#### Record extracts

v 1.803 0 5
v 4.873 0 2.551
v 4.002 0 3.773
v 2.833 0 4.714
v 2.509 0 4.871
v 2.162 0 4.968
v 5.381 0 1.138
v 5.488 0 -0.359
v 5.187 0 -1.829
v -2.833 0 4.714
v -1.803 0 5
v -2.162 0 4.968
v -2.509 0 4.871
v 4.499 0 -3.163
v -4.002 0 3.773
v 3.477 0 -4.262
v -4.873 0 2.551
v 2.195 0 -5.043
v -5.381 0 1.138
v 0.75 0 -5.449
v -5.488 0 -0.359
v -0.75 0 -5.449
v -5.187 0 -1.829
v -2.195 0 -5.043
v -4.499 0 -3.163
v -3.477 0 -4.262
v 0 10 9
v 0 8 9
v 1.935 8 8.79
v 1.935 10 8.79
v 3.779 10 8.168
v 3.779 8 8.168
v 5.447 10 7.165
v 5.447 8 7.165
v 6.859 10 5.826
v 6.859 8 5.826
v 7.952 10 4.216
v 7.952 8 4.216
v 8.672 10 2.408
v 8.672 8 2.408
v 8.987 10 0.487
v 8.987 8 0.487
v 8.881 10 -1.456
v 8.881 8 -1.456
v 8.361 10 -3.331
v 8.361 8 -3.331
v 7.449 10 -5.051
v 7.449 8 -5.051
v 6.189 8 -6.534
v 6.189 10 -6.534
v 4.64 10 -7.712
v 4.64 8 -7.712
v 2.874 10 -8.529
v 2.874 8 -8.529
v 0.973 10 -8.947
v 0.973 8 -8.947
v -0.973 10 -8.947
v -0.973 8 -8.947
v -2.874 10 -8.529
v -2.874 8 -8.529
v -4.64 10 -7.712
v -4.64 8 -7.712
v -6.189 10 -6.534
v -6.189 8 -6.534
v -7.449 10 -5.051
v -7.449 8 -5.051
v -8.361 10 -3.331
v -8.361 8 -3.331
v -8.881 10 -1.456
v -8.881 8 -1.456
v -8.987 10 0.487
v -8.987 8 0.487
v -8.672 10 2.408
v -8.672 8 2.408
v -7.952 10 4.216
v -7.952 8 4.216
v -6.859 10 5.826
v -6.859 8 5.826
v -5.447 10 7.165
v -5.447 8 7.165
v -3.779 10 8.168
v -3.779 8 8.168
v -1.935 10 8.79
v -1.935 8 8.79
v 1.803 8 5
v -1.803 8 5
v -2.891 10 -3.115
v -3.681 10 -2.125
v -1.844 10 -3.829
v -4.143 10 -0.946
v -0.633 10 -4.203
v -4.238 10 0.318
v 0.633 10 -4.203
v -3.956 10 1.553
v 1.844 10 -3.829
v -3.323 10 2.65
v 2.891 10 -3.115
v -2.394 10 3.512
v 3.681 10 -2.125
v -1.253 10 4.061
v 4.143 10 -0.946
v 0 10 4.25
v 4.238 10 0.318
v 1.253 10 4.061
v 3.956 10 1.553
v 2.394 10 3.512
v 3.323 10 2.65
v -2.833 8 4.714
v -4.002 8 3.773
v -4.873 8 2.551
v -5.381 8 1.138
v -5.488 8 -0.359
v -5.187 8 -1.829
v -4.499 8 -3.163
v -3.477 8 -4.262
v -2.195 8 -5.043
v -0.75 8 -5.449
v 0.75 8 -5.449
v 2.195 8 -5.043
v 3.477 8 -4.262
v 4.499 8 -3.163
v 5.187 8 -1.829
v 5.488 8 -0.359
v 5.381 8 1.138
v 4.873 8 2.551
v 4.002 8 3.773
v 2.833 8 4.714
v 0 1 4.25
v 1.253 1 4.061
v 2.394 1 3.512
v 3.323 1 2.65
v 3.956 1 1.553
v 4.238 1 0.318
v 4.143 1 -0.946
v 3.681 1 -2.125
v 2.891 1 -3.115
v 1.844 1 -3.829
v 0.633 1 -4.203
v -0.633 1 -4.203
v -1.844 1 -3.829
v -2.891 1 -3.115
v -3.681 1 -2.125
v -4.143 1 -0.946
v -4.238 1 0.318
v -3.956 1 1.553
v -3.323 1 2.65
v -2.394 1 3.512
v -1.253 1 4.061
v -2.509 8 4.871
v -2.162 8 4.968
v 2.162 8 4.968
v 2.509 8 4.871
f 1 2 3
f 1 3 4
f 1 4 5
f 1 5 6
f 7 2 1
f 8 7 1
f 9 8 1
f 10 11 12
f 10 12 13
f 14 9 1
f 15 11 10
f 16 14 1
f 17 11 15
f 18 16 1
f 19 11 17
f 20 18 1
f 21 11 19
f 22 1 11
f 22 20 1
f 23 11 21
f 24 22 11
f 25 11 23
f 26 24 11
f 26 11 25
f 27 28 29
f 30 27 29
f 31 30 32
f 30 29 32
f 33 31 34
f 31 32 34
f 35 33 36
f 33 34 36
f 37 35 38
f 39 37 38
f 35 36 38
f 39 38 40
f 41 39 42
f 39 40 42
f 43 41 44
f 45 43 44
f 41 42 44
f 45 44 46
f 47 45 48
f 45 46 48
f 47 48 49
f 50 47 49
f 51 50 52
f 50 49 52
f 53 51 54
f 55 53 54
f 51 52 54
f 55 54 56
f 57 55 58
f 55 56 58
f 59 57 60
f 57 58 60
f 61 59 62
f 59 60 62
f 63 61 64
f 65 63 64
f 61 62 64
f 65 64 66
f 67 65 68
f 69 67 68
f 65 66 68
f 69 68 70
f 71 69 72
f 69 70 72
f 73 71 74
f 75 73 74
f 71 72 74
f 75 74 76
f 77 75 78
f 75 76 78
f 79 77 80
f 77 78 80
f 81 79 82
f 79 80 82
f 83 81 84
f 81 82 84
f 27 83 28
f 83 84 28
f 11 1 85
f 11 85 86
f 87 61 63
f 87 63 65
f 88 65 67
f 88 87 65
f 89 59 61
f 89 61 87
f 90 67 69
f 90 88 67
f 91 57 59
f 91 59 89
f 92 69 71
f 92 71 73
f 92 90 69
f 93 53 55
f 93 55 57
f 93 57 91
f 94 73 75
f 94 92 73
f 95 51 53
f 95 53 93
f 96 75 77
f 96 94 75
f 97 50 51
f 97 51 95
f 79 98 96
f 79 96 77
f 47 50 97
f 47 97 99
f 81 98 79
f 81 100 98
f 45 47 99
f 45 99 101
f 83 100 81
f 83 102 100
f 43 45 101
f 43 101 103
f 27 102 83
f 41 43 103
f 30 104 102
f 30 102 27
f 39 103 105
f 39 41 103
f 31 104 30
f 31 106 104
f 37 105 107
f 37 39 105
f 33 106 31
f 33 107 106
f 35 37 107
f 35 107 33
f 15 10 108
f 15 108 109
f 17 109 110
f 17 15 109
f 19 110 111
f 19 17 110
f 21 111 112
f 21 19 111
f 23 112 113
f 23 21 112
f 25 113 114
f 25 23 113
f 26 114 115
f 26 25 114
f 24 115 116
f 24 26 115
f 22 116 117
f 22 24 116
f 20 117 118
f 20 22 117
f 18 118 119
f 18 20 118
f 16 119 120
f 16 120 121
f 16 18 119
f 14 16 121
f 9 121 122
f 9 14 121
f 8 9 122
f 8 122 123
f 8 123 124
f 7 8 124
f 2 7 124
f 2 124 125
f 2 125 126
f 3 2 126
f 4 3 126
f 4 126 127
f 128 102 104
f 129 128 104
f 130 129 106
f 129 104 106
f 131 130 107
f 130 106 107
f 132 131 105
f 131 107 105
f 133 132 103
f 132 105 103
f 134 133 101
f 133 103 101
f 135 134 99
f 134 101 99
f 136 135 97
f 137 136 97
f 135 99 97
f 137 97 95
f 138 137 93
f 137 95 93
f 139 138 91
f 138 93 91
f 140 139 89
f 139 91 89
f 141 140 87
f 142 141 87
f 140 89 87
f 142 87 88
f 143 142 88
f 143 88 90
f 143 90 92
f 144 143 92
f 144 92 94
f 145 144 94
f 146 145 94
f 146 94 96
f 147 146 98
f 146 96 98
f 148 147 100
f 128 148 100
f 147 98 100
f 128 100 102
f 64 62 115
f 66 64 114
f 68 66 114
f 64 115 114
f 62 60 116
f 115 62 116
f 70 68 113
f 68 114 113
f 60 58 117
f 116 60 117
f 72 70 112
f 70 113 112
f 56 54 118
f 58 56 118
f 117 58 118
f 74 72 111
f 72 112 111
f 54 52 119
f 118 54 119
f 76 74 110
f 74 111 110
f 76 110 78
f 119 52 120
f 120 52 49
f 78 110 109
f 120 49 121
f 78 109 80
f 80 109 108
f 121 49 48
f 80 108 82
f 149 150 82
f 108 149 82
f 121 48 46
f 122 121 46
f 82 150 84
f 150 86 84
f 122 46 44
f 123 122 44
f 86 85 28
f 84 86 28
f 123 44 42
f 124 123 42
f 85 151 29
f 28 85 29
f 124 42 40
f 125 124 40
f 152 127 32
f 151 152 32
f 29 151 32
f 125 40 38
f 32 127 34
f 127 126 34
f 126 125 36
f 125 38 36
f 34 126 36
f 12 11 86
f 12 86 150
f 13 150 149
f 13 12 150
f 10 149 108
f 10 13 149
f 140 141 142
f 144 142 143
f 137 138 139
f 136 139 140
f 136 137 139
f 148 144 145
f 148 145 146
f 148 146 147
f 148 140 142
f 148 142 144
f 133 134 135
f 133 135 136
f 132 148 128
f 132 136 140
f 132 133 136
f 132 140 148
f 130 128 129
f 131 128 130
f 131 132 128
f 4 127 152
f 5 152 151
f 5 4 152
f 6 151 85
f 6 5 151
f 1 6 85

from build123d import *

# Parameters (mm, degrees)
BOSS_EXTRUDE1_DEPTH = 10
SKETCH2_R           = 4.25
CUT_EXTRUDE1_DEPTH  = 9
BOSS_EXTRUDE2_START = -2
SKETCH3_R           = 9
BOSS_EXTRUDE2_DEPTH = 2


with BuildPart() as part:
    # Sketch1 → Boss-Extrude1 (new body)
    with BuildSketch(Plane(origin=(0, 0, 0), x_dir=(1, 0, 0), z_dir=(0, 1, 0))):
        with BuildLine():
            Line((1.802775638, -5), (-1.802775638, -5))
            ThreePointArc((-1.802775638, -5), (-2.337298122, -4.927248223), (-2.832933145, -4.714285714))
            ThreePointArc((-2.832933145, -4.714285714), (0, 5.5), (2.832933145, -4.714285714))
            ThreePointArc((2.832933145, -4.714285714), (2.337298122, -4.927248223), (1.802775638, -5))
        make_face()
    extrude(amount=BOSS_EXTRUDE1_DEPTH)

    # Sketch2 → Cut-Extrude1 (cut)
    with BuildSketch(Plane(origin=(0, 10, 0), x_dir=(1, 0, 0), z_dir=(0, 1, 0))):
        with Locations(Location((0, 0, 0), (0, 0, 270))):
            Circle(SKETCH2_R)
    extrude(amount=-CUT_EXTRUDE1_DEPTH, mode=Mode.SUBTRACT)

    # Sketch3 → Boss-Extrude2 (add)
    with BuildSketch(Plane(origin=(0, 10, 0), x_dir=(1, 0, 0), z_dir=(0, 1, 0)).offset(BOSS_EXTRUDE2_START)):
        with Locations(Location((0, 0, 0), (0, 0, 270))):
            Circle(SKETCH3_R)
        with BuildLine():
            Line((1.802775638, -5), (-1.802775638, -5))
            ThreePointArc((-1.802775638, -5), (-2.337298122, -4.927248223), (-2.832933145, -4.714285714))
            ThreePointArc((-2.832933145, -4.714285714), (0, 5.5), (2.832933145, -4.714285714))
            ThreePointArc((2.832933145, -4.714285714), (2.337298122, -4.927248223), (1.802775638, -5))
        make_face(mode=Mode.SUBTRACT)
    extrude(amount=BOSS_EXTRUDE2_DEPTH)


solid = part.part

########

Within the data above, the lines from the one with "v 5.187 8 -1.829" to the one with "v -3.956 1 1.553" must be repeated exactly; no other line belongs in the answer.

■ Response box
v 5.187 8 -1.829
v 5.488 8 -0.359
v 5.381 8 1.138
v 4.873 8 2.551
v 4.002 8 3.773
v 2.833 8 4.714
v 0 1 4.25
v 1.253 1 4.061
v 2.394 1 3.512
v 3.323 1 2.65
v 3.956 1 1.553
v 4.238 1 0.318
v 4.143 1 -0.946
v 3.681 1 -2.125
v 2.891 1 -3.115
v 1.844 1 -3.829
v 0.633 1 -4.203
v -0.633 1 -4.203
v -1.844 1 -3.829
v -2.891 1 -3.115
v -3.681 1 -2.125
v -4.143 1 -0.946
v -4.238 1 0.318
v -3.956 1 1.553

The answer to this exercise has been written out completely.